(Collected data)
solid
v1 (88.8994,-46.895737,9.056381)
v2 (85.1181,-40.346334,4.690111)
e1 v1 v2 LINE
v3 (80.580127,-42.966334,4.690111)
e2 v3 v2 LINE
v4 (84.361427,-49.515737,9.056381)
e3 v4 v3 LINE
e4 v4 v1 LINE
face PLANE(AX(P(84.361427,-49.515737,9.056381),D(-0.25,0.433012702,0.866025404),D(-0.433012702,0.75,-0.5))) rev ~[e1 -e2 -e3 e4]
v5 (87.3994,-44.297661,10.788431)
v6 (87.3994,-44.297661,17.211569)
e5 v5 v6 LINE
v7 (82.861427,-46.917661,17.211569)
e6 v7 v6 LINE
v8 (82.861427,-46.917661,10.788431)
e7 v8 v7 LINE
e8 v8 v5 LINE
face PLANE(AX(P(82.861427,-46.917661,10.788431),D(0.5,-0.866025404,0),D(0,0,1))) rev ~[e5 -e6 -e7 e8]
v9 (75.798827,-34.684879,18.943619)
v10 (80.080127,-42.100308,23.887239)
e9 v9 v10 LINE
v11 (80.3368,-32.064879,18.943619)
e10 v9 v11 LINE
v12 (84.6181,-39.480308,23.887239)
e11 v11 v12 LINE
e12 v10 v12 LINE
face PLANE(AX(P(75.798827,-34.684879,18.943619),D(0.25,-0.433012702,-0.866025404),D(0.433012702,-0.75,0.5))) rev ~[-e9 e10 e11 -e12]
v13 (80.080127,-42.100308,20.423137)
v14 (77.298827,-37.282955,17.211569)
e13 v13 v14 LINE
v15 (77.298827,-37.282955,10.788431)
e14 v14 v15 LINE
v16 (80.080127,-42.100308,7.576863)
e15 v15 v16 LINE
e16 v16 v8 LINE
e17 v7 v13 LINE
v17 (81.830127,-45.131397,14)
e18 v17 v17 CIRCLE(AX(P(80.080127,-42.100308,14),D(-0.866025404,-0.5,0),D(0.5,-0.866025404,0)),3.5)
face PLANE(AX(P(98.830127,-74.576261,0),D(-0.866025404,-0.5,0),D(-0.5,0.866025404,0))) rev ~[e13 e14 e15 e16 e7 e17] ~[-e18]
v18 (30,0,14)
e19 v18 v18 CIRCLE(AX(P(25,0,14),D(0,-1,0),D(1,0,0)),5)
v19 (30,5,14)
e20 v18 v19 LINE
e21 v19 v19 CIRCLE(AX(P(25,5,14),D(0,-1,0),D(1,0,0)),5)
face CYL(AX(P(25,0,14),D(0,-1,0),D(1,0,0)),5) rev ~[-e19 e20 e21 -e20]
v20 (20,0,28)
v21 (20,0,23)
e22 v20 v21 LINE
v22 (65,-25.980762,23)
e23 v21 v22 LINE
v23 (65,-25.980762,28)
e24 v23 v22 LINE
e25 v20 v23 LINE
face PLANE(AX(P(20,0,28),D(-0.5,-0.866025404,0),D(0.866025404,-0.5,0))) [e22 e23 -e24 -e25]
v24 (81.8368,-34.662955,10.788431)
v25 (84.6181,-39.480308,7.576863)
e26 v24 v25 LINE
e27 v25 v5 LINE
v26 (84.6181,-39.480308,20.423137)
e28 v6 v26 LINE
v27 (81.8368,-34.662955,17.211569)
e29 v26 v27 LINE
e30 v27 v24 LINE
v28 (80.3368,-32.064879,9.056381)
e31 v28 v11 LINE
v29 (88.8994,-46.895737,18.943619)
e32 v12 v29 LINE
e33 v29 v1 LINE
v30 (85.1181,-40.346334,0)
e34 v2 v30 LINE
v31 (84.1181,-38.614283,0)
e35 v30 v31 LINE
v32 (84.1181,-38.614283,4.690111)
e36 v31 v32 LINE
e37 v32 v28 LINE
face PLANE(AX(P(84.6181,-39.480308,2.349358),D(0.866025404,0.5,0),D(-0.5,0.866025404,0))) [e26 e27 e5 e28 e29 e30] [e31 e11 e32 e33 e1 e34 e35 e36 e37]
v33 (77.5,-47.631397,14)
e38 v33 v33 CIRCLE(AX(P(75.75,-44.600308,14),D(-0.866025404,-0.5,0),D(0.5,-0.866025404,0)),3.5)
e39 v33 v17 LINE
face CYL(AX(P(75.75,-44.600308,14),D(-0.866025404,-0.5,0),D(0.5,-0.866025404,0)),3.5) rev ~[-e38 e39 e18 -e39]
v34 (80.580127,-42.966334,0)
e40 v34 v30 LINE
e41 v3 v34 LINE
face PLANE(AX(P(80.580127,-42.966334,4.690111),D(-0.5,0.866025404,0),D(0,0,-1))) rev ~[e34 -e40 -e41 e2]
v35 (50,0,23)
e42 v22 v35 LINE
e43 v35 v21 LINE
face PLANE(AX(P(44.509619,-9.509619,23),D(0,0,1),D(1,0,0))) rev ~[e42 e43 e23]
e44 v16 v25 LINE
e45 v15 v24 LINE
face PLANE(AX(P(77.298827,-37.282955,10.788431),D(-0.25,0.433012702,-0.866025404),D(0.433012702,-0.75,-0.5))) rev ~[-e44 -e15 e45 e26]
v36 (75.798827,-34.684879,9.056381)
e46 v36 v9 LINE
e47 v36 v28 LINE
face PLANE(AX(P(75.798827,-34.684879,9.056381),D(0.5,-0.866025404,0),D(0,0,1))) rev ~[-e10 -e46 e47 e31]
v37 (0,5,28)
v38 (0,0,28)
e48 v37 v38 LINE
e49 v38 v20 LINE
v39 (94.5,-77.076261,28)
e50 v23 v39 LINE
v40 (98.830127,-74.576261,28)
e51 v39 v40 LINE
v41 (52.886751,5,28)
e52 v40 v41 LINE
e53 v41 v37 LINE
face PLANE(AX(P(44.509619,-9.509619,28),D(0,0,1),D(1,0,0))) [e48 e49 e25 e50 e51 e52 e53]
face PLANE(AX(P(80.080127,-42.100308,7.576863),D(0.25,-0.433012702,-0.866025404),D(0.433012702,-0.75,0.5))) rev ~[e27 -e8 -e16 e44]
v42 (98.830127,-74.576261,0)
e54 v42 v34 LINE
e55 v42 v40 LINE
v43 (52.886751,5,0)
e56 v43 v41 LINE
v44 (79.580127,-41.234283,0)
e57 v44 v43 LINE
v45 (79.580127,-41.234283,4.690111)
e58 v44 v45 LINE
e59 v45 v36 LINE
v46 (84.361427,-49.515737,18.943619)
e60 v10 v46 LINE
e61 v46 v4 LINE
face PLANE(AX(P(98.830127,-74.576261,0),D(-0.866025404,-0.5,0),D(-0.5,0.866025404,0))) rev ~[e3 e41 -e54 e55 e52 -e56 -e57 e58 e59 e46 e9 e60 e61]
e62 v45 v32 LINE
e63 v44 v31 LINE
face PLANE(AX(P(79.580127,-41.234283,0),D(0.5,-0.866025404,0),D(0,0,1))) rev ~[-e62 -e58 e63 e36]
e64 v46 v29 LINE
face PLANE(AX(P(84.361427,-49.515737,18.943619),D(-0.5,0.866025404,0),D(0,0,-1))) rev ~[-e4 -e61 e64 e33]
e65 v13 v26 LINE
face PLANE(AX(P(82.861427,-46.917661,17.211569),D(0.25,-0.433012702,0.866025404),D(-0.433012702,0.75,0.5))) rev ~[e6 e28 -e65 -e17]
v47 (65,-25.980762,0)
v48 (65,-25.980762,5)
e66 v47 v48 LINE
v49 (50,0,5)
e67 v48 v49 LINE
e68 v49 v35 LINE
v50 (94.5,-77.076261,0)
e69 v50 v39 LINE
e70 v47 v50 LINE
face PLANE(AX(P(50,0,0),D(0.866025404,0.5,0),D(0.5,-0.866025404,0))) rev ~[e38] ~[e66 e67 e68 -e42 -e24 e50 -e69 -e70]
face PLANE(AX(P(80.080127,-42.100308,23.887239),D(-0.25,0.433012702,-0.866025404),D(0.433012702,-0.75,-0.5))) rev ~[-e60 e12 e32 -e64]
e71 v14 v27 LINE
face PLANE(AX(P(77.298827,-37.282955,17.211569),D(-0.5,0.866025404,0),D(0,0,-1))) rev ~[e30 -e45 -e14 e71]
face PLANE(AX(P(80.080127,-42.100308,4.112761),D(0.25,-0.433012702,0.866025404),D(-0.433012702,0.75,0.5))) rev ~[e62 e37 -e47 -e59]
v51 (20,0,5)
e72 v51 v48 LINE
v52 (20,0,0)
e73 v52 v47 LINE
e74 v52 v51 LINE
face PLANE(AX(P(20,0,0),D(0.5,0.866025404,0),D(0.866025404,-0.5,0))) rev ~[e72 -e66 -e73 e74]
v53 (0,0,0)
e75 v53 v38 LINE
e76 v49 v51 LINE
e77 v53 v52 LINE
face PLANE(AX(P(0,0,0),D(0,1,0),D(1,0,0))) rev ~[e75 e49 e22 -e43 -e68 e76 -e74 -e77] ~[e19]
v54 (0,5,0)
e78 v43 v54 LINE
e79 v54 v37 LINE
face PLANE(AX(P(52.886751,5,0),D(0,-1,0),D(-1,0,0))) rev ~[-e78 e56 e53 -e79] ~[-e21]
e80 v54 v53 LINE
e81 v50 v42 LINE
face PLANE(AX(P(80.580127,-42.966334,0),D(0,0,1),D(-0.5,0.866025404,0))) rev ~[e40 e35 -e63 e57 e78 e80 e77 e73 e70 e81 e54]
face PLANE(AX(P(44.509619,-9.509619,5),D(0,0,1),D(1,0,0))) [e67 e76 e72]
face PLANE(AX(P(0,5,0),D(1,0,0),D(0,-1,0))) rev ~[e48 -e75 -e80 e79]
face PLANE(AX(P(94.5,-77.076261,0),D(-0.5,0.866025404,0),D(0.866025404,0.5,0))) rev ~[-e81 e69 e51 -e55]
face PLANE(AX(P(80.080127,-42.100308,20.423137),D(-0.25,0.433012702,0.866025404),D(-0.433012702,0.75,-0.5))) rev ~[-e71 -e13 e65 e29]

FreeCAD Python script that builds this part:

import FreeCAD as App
import Part
import Sketcher
Q = App.Units.Quantity


def add_polygon(sketch, points):
    """Adds a closed chain of lines whose ends are joined by coincident constraints."""
    first, n = sketch.GeometryCount, len(points)
    for a, b in zip(points, points[1:] + points[:1]):
        sketch.addGeometry(Part.LineSegment(App.Vector(*a, 0), App.Vector(*b, 0)), False)
    for i in range(n):
        sketch.addConstraint(Sketcher.Constraint("Coincident", first + i, 2, first + (i + 1) % n, 1))

doc = App.newDocument("Part")
body = doc.addObject("PartDesign::Body", "Body")

# Sketch on XY plane
sketch1 = body.newObject("Sketcher::SketchObject", "Sketch")
sketch1.AttachmentSupport = (doc.getObject("XY_Plane"), [""])
sketch1.MapMode = "FlatFace"
add_polygon(sketch1, [(53, 5), (0, 5), (0, 0), (50, 0), (94, -77), (99, -75)])  # lines 0-5
sketch1.addConstraint([
    Sketcher.Constraint("Horizontal", 0),
    Sketcher.Constraint("Vertical", 1),
    Sketcher.Constraint("Horizontal", 2),
    Sketcher.Constraint("Coincident", 1, 2, -1, 1),
    Sketcher.Constraint("Perpendicular", 3, 4),
    Sketcher.Constraint("Perpendicular", 4, 5),
    Sketcher.Constraint("DistanceX", 2, 1, 2, 2, 50.0),
    Sketcher.Constraint("DistanceY", 1, 2, 1, 1, 5.0),
    Sketcher.Constraint("Angle", 3, Q("-60 deg")),
    Sketcher.Constraint("Distance", 3, 89.0),
    Sketcher.Constraint("Distance", 4, 5.0),
])
pad1 = body.newObject("PartDesign::Pad", "Pad")
pad1.Profile = sketch1
pad1.Length = 28

# Sketch on XZ plane
sketch2 = body.newObject("Sketcher::SketchObject", "Sketch001")
sketch2.AttachmentSupport = (doc.getObject("XZ_Plane"), [""])
sketch2.MapMode = "FlatFace"
sketch2.addGeometry(Part.Circle(App.Vector(25, 14, 0), App.Vector(0, 0, 1), 5), False)
sketch2.addConstraint([
    Sketcher.Constraint("Diameter", 0, 10.0),
    Sketcher.Constraint("DistanceX", -1, 1, 0, 3, 25.0),
    Sketcher.Constraint("DistanceY", -1, 1, 0, 3, 14.0),
])
pocket1 = body.newObject("PartDesign::Pocket", "Pocket")
pocket1.Profile = sketch2
pocket1.Type = "ThroughAll"

# Sketch on an angled plane
sketch3 = body.newObject("Sketcher::SketchObject", "Sketch002")
sketch3.Placement = App.Placement(App.Vector(37.5, 21.650635, 0), App.Rotation(App.Vector(0.5, -0.866025404, 0), App.Vector(0, 0, 1), App.Vector(-0.866025404, -0.5, 0), "ZXY"))
sketch3.addGeometry(Part.Circle(App.Vector(76.5, 14, 0), App.Vector(0, 0, 1), 3.5), False)
sketch3.addConstraint([
    Sketcher.Constraint("Diameter", 0, 7.0),
    Sketcher.Constraint("DistanceY", -1, 1, 0, 3, 14.0),
    Sketcher.Constraint("DistanceX", -1, 1, 0, 3, 76.5),
])
pocket2 = body.newObject("PartDesign::Pocket", "Pocket001")
pocket2.Profile = sketch3
pocket2.Type = "ThroughAll"

# Sketch on XY plane
sketch4 = body.newObject("Sketcher::SketchObject", "Sketch003")
sketch4.AttachmentSupport = (doc.getObject("XY_Plane"), [""])
sketch4.MapMode = "FlatFace"
add_polygon(sketch4, [(50, 0), (20, 0), (65, -26)])  # lines 0-2
sketch4.addConstraint([
    Sketcher.Constraint("Horizontal", 0),
    Sketcher.Constraint("PointOnObject", 0, 2, -1),
    Sketcher.Constraint("DistanceX", 0, 2, 0, 1, 30.0),
    Sketcher.Constraint("Angle", 1, Q("-30 deg")),
    Sketcher.Constraint("Angle", 2, Q("120 deg")),
    Sketcher.Constraint("DistanceX", -1, 1, 0, 2, 20.0),
])
pad2 = body.newObject("PartDesign::Pad", "Pad001")
pad2.Profile = sketch4
pad2.Length = 5

# Sketch on XY plane
sketch5 = body.newObject("Sketcher::SketchObject", "Sketch004")
sketch5.AttachmentSupport = (doc.getObject("XY_Plane"), [""])
sketch5.MapMode = "FlatFace"
sketch5.AttachmentOffset = App.Placement(App.Vector(0, 0, 28), App.Rotation())
add_polygon(sketch5, [(65, -26), (50, 0), (20, 0)])  # lines 0-2
sketch5.addConstraint([
    Sketcher.Constraint("Horizontal", 1),
    Sketcher.Constraint("PointOnObject", 0, 2, -1),
    Sketcher.Constraint("DistanceX", 1, 2, 1, 1, 30.0),
    Sketcher.Constraint("Angle", 0, Q("120 deg")),
    Sketcher.Constraint("Angle", 2, Q("-30 deg")),
    Sketcher.Constraint("DistanceX", -1, 1, 0, 2, 50.0),
])
pad3 = body.newObject("PartDesign::Pad", "Pad002")
pad3.Profile = sketch5
pad3.Length = 5
pad3.Reversed = True

# Sketch on an angled plane
sketch6 = body.newObject("Sketcher::SketchObject", "Sketch005")
sketch6.Placement = App.Placement(App.Vector(41.830127, 24.150635, 0), App.Rotation(App.Vector(-0.5, 0.866025404, 0), App.Vector(0, 0, 1), App.Vector(0.866025404, 0.5, 0), "ZXY"))
add_polygon(sketch6, [(-85, 19), (-85, 9), (-77, 4), (-68, 9), (-68, 19), (-77, 24)])  # lines 0-5
add_polygon(sketch6, [(-82, 17), (-77, 20), (-71, 17), (-71, 11), (-77, 8), (-82, 11)])  # lines 6-11
sketch6.addConstraint([
    Sketcher.Constraint("Vertical", 0),
    Sketcher.Constraint("Vertical", 3),
    Sketcher.Constraint("Vertical", 8),
    Sketcher.Constraint("Vertical", 11),
    Sketcher.Constraint("Parallel", 1, 4),
    Sketcher.Constraint("Parallel", 2, 5),
    Sketcher.Constraint("Parallel", 5, 6),
    Sketcher.Constraint("Parallel", 4, 7),
    Sketcher.Constraint("Parallel", 6, 9),
    Sketcher.Constraint("Parallel", 7, 10),
    Sketcher.Constraint("Horizontal", 0, 2, 2, 2),
    Sketcher.Constraint("Horizontal", 3, 2, 5, 2),
    Sketcher.Constraint("Horizontal", 8, 2, 10, 2),
    Sketcher.Constraint("Horizontal", 7, 2, 11, 2),
    Sketcher.Constraint("Vertical", 1, 2, 4, 2),
    Sketcher.Constraint("Vertical", 4, 2, 6, 2),
    Sketcher.Constraint("Angle", 1, Q("-30 deg")),
    Sketcher.Constraint("DistanceX", 7, 2, 3, 2, 3.0),
    Sketcher.Constraint("DistanceX", 1, 2, -1, 1, 76.5),
    Sketcher.Constraint("DistanceY", 0, 2, 0, 1, 9.887239),
    Sketcher.Constraint("DistanceX", 0, 2, -1, 1, 85.0626),
    Sketcher.Constraint("DistanceY", 6, 2, 4, 2, 3.464102),
    Sketcher.Constraint("DistanceY", 1, 2, 9, 2, 3.464102),
    Sketcher.Constraint("DistanceY", -1, 1, 0, 2, 9.056381),
])
pad4 = body.newObject("PartDesign::Pad", "Pad003")
pad4.Profile = sketch6
pad4.Length = 5.24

■ **PROBLEM**
In the entries above, find the line holding "e22 v20 v21 LINE" and the line holding "e26 v24 v25 LINE", then retype exactly those two lines and every line between them, and nothing else.

■ **TASK OUTPUT**
e22 v20 v21 LINE
v22 (65,-25.980762,23)
e23 v21 v22 LINE
v23 (65,-25.980762,28)
e24 v23 v22 LINE
e25 v20 v23 LINE
face PLANE(AX(P(20,0,28),D(-0.5,-0.866025404,0),D(0.866025404,-0.5,0))) [e22 e23 -e24 -e25]
v24 (81.8368,-34.662955,10.788431)
v25 (84.6181,-39.480308,7.576863)
e26 v24 v25 LINE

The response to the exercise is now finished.